_What is required_
The expected output is exactly the lines below, starting at the line with "f 207 206 10" and ending at the line with "f 67 73 172", both included; no other line belongs in it.

Saved data entries:

=== Begin Enclosure ===

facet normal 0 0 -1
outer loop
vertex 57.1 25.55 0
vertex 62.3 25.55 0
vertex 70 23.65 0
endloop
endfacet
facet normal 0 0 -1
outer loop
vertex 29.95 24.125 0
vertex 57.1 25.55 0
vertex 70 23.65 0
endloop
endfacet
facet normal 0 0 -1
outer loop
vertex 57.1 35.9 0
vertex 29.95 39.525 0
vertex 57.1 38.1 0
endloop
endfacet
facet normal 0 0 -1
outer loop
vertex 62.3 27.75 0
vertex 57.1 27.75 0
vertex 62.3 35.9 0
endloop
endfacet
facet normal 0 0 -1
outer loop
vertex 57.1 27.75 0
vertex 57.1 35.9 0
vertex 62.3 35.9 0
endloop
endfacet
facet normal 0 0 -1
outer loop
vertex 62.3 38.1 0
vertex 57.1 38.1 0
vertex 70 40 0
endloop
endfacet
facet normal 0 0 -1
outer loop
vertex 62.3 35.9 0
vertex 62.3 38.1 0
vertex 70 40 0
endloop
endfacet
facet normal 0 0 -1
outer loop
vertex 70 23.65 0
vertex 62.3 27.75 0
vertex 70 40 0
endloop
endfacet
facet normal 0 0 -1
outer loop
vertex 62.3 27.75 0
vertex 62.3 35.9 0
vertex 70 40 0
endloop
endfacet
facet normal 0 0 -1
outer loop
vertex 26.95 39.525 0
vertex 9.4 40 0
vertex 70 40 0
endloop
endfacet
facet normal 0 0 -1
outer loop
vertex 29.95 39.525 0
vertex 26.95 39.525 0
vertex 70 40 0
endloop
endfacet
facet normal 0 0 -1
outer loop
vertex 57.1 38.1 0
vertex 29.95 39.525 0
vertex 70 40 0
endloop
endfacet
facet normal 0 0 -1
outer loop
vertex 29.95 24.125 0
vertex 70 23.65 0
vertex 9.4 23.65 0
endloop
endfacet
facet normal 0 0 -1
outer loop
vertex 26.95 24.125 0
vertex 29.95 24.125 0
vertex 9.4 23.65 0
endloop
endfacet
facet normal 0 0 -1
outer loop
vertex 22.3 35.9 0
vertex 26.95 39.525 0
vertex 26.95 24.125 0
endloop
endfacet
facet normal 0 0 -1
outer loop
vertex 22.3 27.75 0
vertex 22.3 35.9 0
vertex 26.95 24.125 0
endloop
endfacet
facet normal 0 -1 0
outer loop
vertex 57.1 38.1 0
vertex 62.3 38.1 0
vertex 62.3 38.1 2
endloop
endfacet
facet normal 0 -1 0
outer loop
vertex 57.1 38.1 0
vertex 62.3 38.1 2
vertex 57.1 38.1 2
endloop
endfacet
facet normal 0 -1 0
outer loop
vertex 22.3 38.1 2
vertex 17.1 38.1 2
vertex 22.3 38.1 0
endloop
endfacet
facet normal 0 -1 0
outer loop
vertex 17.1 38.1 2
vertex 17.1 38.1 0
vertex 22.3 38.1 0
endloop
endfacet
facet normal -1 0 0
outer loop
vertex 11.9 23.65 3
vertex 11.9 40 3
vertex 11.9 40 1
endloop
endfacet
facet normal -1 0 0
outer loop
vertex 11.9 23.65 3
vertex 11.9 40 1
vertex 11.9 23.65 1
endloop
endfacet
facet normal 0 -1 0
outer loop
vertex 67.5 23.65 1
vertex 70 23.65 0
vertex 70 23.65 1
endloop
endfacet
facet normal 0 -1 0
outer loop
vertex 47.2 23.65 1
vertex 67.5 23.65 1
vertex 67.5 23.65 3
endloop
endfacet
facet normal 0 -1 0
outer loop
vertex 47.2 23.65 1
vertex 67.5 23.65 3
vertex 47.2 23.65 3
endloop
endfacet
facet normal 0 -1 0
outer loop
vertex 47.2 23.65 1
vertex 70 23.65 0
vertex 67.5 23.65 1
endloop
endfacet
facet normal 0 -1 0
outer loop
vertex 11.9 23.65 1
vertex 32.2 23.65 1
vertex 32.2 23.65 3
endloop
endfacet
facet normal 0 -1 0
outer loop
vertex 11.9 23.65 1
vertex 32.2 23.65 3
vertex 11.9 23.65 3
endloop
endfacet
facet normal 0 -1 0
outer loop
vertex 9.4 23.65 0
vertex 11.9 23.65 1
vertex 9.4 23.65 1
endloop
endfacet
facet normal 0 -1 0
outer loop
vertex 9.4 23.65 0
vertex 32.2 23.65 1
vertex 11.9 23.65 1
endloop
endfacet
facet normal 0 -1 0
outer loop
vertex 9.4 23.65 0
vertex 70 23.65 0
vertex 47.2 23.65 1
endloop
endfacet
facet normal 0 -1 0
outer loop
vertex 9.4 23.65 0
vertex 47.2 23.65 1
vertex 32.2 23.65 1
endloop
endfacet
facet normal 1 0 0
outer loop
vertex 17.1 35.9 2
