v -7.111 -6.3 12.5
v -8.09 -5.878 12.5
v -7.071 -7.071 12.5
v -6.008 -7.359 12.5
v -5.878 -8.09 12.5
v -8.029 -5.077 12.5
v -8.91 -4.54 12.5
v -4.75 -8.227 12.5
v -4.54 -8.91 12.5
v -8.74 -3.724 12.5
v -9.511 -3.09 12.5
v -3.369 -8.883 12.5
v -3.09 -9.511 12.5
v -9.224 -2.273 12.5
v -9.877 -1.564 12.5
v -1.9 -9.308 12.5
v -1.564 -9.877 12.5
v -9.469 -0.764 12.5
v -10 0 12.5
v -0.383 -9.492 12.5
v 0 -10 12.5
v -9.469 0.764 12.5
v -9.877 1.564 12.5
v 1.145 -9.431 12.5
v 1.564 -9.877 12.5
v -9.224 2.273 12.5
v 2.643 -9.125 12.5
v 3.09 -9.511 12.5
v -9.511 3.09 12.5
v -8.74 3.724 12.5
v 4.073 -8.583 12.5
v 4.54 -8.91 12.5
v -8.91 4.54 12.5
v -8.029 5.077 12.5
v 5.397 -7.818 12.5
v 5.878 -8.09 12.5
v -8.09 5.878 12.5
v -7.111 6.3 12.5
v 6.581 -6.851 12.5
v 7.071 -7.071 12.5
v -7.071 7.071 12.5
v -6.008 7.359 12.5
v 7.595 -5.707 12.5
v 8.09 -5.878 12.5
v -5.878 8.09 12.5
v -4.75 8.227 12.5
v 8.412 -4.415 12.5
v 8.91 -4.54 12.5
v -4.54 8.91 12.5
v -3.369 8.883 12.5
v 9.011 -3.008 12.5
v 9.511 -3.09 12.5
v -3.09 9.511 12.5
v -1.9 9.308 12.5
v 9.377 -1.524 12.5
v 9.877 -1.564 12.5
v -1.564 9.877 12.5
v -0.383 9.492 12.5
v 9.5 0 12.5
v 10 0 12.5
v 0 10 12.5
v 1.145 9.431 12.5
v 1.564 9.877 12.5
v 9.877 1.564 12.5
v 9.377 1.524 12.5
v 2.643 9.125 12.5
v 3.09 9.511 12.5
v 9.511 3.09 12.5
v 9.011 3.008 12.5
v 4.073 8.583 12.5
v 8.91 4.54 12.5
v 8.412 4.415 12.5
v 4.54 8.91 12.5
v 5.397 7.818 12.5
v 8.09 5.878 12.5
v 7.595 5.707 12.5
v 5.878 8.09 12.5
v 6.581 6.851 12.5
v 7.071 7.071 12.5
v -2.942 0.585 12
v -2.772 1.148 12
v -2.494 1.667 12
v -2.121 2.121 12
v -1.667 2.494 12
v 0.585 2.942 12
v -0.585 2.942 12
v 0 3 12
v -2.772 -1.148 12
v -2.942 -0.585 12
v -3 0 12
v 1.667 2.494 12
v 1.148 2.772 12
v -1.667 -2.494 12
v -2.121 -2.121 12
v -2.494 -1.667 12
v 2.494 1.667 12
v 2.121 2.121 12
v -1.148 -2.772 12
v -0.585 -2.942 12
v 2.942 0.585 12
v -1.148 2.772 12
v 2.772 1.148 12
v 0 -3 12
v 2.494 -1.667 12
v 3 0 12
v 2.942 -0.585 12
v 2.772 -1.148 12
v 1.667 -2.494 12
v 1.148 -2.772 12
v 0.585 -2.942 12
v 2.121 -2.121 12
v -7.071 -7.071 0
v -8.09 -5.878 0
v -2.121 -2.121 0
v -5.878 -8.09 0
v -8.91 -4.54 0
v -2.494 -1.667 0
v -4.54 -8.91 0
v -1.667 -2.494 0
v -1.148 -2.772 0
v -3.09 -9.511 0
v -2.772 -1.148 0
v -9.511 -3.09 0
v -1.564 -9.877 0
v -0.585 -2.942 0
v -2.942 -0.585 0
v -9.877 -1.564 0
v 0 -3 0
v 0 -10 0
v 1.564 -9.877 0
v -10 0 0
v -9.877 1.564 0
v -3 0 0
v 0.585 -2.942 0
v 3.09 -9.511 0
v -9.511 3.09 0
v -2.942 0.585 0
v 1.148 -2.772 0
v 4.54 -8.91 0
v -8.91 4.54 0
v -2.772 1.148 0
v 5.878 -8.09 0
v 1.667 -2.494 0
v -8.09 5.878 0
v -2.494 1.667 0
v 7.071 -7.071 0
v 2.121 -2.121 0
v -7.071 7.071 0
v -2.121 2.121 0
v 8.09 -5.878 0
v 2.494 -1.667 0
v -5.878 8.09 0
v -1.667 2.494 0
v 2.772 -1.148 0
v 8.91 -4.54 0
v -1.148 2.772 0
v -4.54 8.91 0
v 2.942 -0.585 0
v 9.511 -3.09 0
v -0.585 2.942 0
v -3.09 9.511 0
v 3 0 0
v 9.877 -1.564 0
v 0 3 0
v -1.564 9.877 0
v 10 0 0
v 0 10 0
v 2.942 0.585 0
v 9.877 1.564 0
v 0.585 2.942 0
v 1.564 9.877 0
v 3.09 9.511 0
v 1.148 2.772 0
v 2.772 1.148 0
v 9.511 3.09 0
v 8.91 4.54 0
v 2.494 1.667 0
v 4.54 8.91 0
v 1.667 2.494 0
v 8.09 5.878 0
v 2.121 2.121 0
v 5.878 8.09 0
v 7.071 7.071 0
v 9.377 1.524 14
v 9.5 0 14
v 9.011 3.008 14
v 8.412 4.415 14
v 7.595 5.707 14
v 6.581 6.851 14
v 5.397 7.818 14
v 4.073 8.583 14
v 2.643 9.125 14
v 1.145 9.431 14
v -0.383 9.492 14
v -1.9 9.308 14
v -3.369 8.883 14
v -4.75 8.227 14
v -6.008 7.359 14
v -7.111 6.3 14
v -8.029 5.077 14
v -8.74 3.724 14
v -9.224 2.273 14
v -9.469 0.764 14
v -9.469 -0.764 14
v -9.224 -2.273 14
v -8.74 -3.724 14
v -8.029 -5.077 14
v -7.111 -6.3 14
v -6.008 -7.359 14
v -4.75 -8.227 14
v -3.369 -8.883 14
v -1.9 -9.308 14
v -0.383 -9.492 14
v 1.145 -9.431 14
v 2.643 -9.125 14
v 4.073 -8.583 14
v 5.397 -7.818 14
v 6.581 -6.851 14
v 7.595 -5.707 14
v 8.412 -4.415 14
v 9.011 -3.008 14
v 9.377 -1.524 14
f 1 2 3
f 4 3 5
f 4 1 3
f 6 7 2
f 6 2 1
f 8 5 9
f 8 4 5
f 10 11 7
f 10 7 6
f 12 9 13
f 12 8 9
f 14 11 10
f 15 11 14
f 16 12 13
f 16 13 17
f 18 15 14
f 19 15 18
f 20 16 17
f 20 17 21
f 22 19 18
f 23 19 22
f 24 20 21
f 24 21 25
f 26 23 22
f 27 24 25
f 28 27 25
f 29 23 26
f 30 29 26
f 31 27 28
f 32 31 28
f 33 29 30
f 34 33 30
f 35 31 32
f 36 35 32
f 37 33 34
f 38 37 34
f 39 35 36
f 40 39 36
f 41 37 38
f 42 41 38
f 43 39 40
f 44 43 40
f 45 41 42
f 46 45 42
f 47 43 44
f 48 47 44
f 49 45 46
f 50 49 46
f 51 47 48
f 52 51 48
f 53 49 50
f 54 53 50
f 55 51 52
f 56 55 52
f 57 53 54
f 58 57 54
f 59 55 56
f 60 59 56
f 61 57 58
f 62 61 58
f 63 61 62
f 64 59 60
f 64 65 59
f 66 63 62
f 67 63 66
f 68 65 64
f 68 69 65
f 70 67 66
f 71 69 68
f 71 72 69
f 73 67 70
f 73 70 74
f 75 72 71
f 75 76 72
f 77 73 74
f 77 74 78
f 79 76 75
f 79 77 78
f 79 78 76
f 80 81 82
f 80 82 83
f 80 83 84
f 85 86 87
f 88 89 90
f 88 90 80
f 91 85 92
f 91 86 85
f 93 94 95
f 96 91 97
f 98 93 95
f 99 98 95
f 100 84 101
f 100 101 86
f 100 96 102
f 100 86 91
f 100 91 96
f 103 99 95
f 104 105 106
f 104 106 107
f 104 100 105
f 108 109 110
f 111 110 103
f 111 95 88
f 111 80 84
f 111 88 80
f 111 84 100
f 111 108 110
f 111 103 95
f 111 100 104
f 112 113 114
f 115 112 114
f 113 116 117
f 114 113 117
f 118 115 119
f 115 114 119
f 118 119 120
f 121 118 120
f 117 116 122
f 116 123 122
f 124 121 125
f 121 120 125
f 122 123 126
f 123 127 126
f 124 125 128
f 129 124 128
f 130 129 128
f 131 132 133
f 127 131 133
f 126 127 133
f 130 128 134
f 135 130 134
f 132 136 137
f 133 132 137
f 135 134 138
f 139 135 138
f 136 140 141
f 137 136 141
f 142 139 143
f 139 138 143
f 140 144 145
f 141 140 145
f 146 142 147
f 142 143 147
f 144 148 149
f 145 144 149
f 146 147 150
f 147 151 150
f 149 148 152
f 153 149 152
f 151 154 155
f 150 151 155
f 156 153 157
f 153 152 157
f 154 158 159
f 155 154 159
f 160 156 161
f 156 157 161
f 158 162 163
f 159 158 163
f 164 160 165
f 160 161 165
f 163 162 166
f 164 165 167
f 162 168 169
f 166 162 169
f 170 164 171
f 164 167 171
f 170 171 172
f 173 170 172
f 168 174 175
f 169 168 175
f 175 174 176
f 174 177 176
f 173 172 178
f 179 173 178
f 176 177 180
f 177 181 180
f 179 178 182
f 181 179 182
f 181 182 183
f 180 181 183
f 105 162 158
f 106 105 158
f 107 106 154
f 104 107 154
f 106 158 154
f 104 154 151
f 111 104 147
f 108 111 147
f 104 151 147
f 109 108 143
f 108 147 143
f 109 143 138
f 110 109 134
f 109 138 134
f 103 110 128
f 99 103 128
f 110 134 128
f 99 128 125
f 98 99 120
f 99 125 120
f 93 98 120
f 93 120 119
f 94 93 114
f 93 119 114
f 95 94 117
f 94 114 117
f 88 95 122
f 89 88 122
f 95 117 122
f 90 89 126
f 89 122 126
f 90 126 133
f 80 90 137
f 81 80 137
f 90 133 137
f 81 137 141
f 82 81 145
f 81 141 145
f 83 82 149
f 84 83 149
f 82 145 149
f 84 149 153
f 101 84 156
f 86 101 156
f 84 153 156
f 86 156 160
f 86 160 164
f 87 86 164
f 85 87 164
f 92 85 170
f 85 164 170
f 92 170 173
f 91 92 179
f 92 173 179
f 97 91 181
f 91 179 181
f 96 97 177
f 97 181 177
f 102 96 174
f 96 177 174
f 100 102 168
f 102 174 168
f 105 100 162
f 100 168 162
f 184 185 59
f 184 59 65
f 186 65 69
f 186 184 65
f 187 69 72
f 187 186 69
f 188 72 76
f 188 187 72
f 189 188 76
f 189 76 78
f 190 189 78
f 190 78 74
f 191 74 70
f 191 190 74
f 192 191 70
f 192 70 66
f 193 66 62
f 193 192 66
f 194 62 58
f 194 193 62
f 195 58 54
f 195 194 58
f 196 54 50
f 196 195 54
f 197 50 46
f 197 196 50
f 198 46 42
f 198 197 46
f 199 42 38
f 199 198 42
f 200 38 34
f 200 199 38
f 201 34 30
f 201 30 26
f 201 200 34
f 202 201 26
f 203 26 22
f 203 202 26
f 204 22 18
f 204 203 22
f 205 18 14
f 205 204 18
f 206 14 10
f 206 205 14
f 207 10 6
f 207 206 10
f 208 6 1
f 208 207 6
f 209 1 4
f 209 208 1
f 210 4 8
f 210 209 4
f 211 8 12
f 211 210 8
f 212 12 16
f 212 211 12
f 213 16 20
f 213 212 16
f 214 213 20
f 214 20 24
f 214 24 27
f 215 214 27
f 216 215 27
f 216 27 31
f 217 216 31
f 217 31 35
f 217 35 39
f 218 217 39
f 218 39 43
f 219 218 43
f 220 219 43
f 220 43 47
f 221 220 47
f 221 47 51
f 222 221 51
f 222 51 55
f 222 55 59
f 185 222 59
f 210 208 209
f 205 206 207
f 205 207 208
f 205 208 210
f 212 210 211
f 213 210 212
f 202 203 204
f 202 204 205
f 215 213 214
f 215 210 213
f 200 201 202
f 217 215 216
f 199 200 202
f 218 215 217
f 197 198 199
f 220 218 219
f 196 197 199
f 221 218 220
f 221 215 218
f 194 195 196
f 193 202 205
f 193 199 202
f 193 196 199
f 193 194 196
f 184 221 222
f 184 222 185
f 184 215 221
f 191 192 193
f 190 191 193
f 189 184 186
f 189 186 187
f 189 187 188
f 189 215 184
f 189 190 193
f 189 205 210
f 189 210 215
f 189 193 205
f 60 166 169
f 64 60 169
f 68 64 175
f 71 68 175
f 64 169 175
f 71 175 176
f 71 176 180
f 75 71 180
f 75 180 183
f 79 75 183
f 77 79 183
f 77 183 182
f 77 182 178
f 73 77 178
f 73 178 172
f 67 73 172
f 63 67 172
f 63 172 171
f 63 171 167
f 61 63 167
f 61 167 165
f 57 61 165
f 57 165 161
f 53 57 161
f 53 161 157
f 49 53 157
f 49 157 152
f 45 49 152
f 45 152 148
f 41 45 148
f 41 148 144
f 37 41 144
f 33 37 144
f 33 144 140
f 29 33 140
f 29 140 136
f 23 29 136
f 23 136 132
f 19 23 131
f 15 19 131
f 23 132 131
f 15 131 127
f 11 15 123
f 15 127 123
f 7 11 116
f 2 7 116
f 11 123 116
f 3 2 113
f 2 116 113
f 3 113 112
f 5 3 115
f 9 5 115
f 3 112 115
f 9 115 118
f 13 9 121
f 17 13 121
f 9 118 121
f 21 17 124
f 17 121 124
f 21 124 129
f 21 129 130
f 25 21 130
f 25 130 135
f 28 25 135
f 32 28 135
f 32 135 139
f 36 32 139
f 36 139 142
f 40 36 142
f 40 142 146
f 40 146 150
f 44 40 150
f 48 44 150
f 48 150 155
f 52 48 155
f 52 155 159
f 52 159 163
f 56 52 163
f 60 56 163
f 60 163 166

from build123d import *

# Parameters (mm, degrees)
F0_R     = 10
F1_DEPTH = 14
F2_R     = 3
F3_DEPTH = 12
F4_R     = 10
F4_R_2   = 9.5
F5_DEPTH = 1.5


with BuildPart() as f1:
    # F0 (on Top) → F1 (new body)
    with BuildSketch(Plane.XY):
        Circle(F0_R)
    extrude(amount=F1_DEPTH)

    # F2 (on face) → F3 (cut)
    with BuildSketch(Plane(origin=(0, 0, 0), x_dir=(1, 0, 0), z_dir=(0, 0, -1))):
        Circle(F2_R)
    extrude(amount=-F3_DEPTH, mode=Mode.SUBTRACT)

    # F4 (on face) → F5 (cut)
    with BuildSketch(Plane.XY.offset(14)):
        Circle(F4_R)
        Circle(F4_R_2, mode=Mode.SUBTRACT)
    extrude(amount=-F5_DEPTH, mode=Mode.SUBTRACT)


solid = f1.part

=== End Enclosure ===

_Task answer_
f 207 206 10
f 208 6 1
f 208 207 6
f 209 1 4
f 209 208 1
f 210 4 8
f 210 209 4
f 211 8 12
f 211 210 8
f 212 12 16
f 212 211 12
f 213 16 20
f 213 212 16
f 214 213 20
f 214 20 24
f 214 24 27
f 215 214 27
f 216 215 27
f 216 27 31
f 217 216 31
f 217 31 35
f 217 35 39
f 218 217 39
f 218 39 43
f 219 218 43
f 220 219 43
f 220 43 47
f 221 220 47
f 221 47 51
f 222 221 51
f 222 51 55
f 222 55 59
f 185 222 59
f 210 208 209
f 205 206 207
f 205 207 208
f 205 208 210
f 212 210 211
f 213 210 212
f 202 203 204
f 202 204 205
f 215 213 214
f 215 210 213
f 200 201 202
f 217 215 216
f 199 200 202
f 218 215 217
f 197 198 199
f 220 218 219
f 196 197 199
f 221 218 220
f 221 215 218
f 194 195 196
f 193 202 205
f 193 199 202
f 193 196 199
f 193 194 196
f 184 221 222
f 184 222 185
f 184 215 221
f 191 192 193
f 190 191 193
f 189 184 186
f 189 186 187
f 189 187 188
f 189 215 184
f 189 190 193
f 189 205 210
f 189 210 215
f 189 193 205
f 60 166 169
f 64 60 169
f 68 64 175
f 71 68 175
f 64 169 175
f 71 175 176
f 71 176 180
f 75 71 180
f 75 180 183
f 79 75 183
f 77 79 183
f 77 183 182
f 77 182 178
f 73 77 178
f 73 178 172
f 67 73 172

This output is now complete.